Exercise instructions.
Using the records below, locate all lines containing "CONE" and return them.

(Material for this task)

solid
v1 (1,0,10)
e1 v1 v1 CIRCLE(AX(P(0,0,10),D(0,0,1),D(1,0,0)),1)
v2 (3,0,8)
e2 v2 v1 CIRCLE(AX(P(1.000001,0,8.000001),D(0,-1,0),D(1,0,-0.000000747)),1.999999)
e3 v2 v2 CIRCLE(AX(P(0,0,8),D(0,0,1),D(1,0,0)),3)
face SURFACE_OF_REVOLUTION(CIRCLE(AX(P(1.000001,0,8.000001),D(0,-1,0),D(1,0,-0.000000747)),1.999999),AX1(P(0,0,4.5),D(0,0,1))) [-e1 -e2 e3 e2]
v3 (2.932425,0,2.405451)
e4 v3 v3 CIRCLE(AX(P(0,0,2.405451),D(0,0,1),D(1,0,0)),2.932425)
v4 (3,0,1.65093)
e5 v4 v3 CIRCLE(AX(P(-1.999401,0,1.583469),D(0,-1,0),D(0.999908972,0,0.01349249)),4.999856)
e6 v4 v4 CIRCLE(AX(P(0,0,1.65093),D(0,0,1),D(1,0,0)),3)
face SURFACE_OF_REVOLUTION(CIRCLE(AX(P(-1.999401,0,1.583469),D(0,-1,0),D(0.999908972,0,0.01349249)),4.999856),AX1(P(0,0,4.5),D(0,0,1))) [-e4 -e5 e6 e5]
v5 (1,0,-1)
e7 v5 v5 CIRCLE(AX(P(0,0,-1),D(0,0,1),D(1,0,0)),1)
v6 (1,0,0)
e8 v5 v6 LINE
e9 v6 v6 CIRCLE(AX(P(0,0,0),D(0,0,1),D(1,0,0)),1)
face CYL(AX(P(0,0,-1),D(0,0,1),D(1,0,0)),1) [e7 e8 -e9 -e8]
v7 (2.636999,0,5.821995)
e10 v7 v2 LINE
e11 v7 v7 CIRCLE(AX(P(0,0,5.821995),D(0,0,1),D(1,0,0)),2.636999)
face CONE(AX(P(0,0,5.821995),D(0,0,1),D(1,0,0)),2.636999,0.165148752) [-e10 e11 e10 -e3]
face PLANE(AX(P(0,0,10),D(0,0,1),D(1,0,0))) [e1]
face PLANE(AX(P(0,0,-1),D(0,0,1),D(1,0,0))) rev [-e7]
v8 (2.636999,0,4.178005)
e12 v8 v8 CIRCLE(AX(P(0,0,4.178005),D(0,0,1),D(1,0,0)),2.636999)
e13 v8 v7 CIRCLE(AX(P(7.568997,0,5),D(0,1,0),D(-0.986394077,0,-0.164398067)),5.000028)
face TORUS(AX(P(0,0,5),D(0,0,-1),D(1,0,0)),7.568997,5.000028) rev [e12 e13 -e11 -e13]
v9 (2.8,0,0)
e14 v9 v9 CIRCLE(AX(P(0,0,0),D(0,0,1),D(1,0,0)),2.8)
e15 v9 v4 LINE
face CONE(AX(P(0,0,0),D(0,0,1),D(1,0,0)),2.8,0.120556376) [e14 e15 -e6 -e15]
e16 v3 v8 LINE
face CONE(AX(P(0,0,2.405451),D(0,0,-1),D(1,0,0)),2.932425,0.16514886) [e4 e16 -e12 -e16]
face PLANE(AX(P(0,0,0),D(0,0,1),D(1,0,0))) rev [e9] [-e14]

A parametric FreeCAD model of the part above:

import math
import FreeCAD as App
import Part
import Sketcher

V = App.Vector

doc = App.newDocument("Part")
params = doc.addObject("Spreadsheet::Sheet", "Params")
for row, (alias, value) in enumerate([
    ("sketch1_radius", "1.999999 mm"),
    ("sketch1_width", "1 mm"),
    ("sketch1_height", "11 mm"),
    ("sketch1_width2", "1.8 mm"),
    ("revolution_angle", "360 deg"),
], start=1):
    params.set(f"A{row}", alias)
    params.set(f"B{row}", "=" + value)
    params.setAlias(f"B{row}", alias)

body = doc.addObject("PartDesign::Body", "Body")

sketch1 = body.newObject("Sketcher::SketchObject", "Sketch")
sketch1.AttachmentSupport = (doc.getObject("XZ_Plane"), [""])
sketch1.MapMode = "FlatFace"
sketch1.addGeometry(Part.ArcOfCircle(Part.Circle(V(-2, 1.6, 0), V(0, 0, 1), 5), math.radians(0.77), math.radians(9.46)), False)
sketch1.addGeometry(Part.LineSegment(V(2.9, 2.4, 0), V(2.6, 4.2, 0)), False)
sketch1.addGeometry(Part.ArcOfCircle(Part.Circle(V(7.6, 5, 0), V(0, 0, 1), 5), math.radians(170.54), math.radians(189.46)), False)
sketch1.addGeometry(Part.LineSegment(V(2.6, 5.8, 0), V(3, 8, 0)), False)
sketch1.addGeometry(Part.ArcOfCircle(Part.Circle(V(1, 8, 0), V(0, 0, 1), 2), math.radians(0), math.radians(90)), False)
sketch1.addGeometry(Part.LineSegment(V(1, 10, 0), V(0, 10, 0)), False)
sketch1.addGeometry(Part.LineSegment(V(0, 10, 0), V(0, -1, 0)), False)
sketch1.addGeometry(Part.LineSegment(V(0, -1, 0), V(1, -1, 0)), False)
sketch1.addGeometry(Part.LineSegment(V(1, -1, 0), V(1, 0, 0)), False)
sketch1.addGeometry(Part.LineSegment(V(1, 0, 0), V(2.8, 0, 0)), False)
sketch1.addGeometry(Part.LineSegment(V(2.8, 0, 0), V(3, 1.7, 0)), False)
sketch1.addConstraint(Sketcher.Constraint("Tangent", 0, 2, 1, 1))
sketch1.addConstraint(Sketcher.Constraint("Tangent", 1, 2, 2, 2))
sketch1.addConstraint(Sketcher.Constraint("Tangent", 2, 1, 3, 1))
sketch1.addConstraint(Sketcher.Constraint("Coincident", 3, 2, 4, 1))
sketch1.addConstraint(Sketcher.Constraint("Tangent", 4, 2, 5, 1))
sketch1.addConstraint(Sketcher.Constraint("Coincident", 5, 2, 6, 1))
sketch1.addConstraint(Sketcher.Constraint("Coincident", 6, 2, 7, 1))
sketch1.addConstraint(Sketcher.Constraint("Coincident", 7, 2, 8, 1))
sketch1.addConstraint(Sketcher.Constraint("Coincident", 8, 2, 9, 1))
sketch1.addConstraint(Sketcher.Constraint("Coincident", 9, 2, 10, 1))
sketch1.addConstraint(Sketcher.Constraint("Coincident", 10, 2, 0, 1))
sketch1.addConstraint(Sketcher.Constraint("Horizontal", 5))
sketch1.addConstraint(Sketcher.Constraint("Vertical", 6))
sketch1.addConstraint(Sketcher.Constraint("Horizontal", 7))
sketch1.addConstraint(Sketcher.Constraint("Vertical", 8))
sketch1.addConstraint(Sketcher.Constraint("Horizontal", 9))
sketch1.addConstraint(Sketcher.Constraint("PointOnObject", 5, 2, -2))
sketch1.addConstraint(Sketcher.Constraint("PointOnObject", 8, 2, -1))
sketch1.addConstraint(Sketcher.Constraint("Horizontal", 4, 3, 3, 2))
sketch1.addConstraint(Sketcher.Constraint("Vertical", 1, 2, 2, 1))
sketch1.addConstraint(Sketcher.Constraint("Vertical", 4, 2, 7, 2))
sketch1.addConstraint(Sketcher.Constraint("Vertical", 3, 2, 10, 2))
sketch1.addConstraint(Sketcher.Constraint("Equal", 7, 8))
sketch1.addConstraint(Sketcher.Constraint("Radius", 4, 1.999999))
sketch1.addConstraint(Sketcher.Constraint("DistanceX", 5, 2, 5, 1, 1.0))
sketch1.addConstraint(Sketcher.Constraint("DistanceY", 6, 2, 6, 1, 11.0))
sketch1.addConstraint(Sketcher.Constraint("DistanceX", 9, 1, 9, 2, 1.8))
sketch1.addConstraint(Sketcher.Constraint("DistanceY", -1, 1, 2, 3, 5.0))
sketch1.addConstraint(Sketcher.Constraint("Radius", 2, 5.000028))
sketch1.addConstraint(Sketcher.Constraint("Distance", 10, 1.663))
sketch1.addConstraint(Sketcher.Constraint("DistanceX", -1, 1, 1, 2, 2.636999))
sketch1.addConstraint(Sketcher.Constraint("Radius", 0, 4.999856))
sketch1.setExpression("Constraints[23]", "Params.sketch1_radius")
sketch1.setExpression("Constraints[24]", "Params.sketch1_width")
sketch1.setExpression("Constraints[25]", "Params.sketch1_height")
sketch1.setExpression("Constraints[26]", "Params.sketch1_width2")
revolution = body.newObject("PartDesign::Revolution", "Revolution")
revolution.Profile = sketch1
revolution.ReferenceAxis = (sketch1, ["V_Axis"])
revolution.setExpression("Angle", "Params.revolution_angle")

doc.recompute()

(End Material for this task)

Task response.
face CONE(AX(P(0,0,5.821995),D(0,0,1),D(1,0,0)),2.636999,0.165148752) [-e10 e11 e10 -e3]
face CONE(AX(P(0,0,0),D(0,0,1),D(1,0,0)),2.8,0.120556376) [e14 e15 -e6 -e15]
face CONE(AX(P(0,0,2.405451),D(0,0,-1),D(1,0,0)),2.932425,0.16514886) [e4 e16 -e12 -e16]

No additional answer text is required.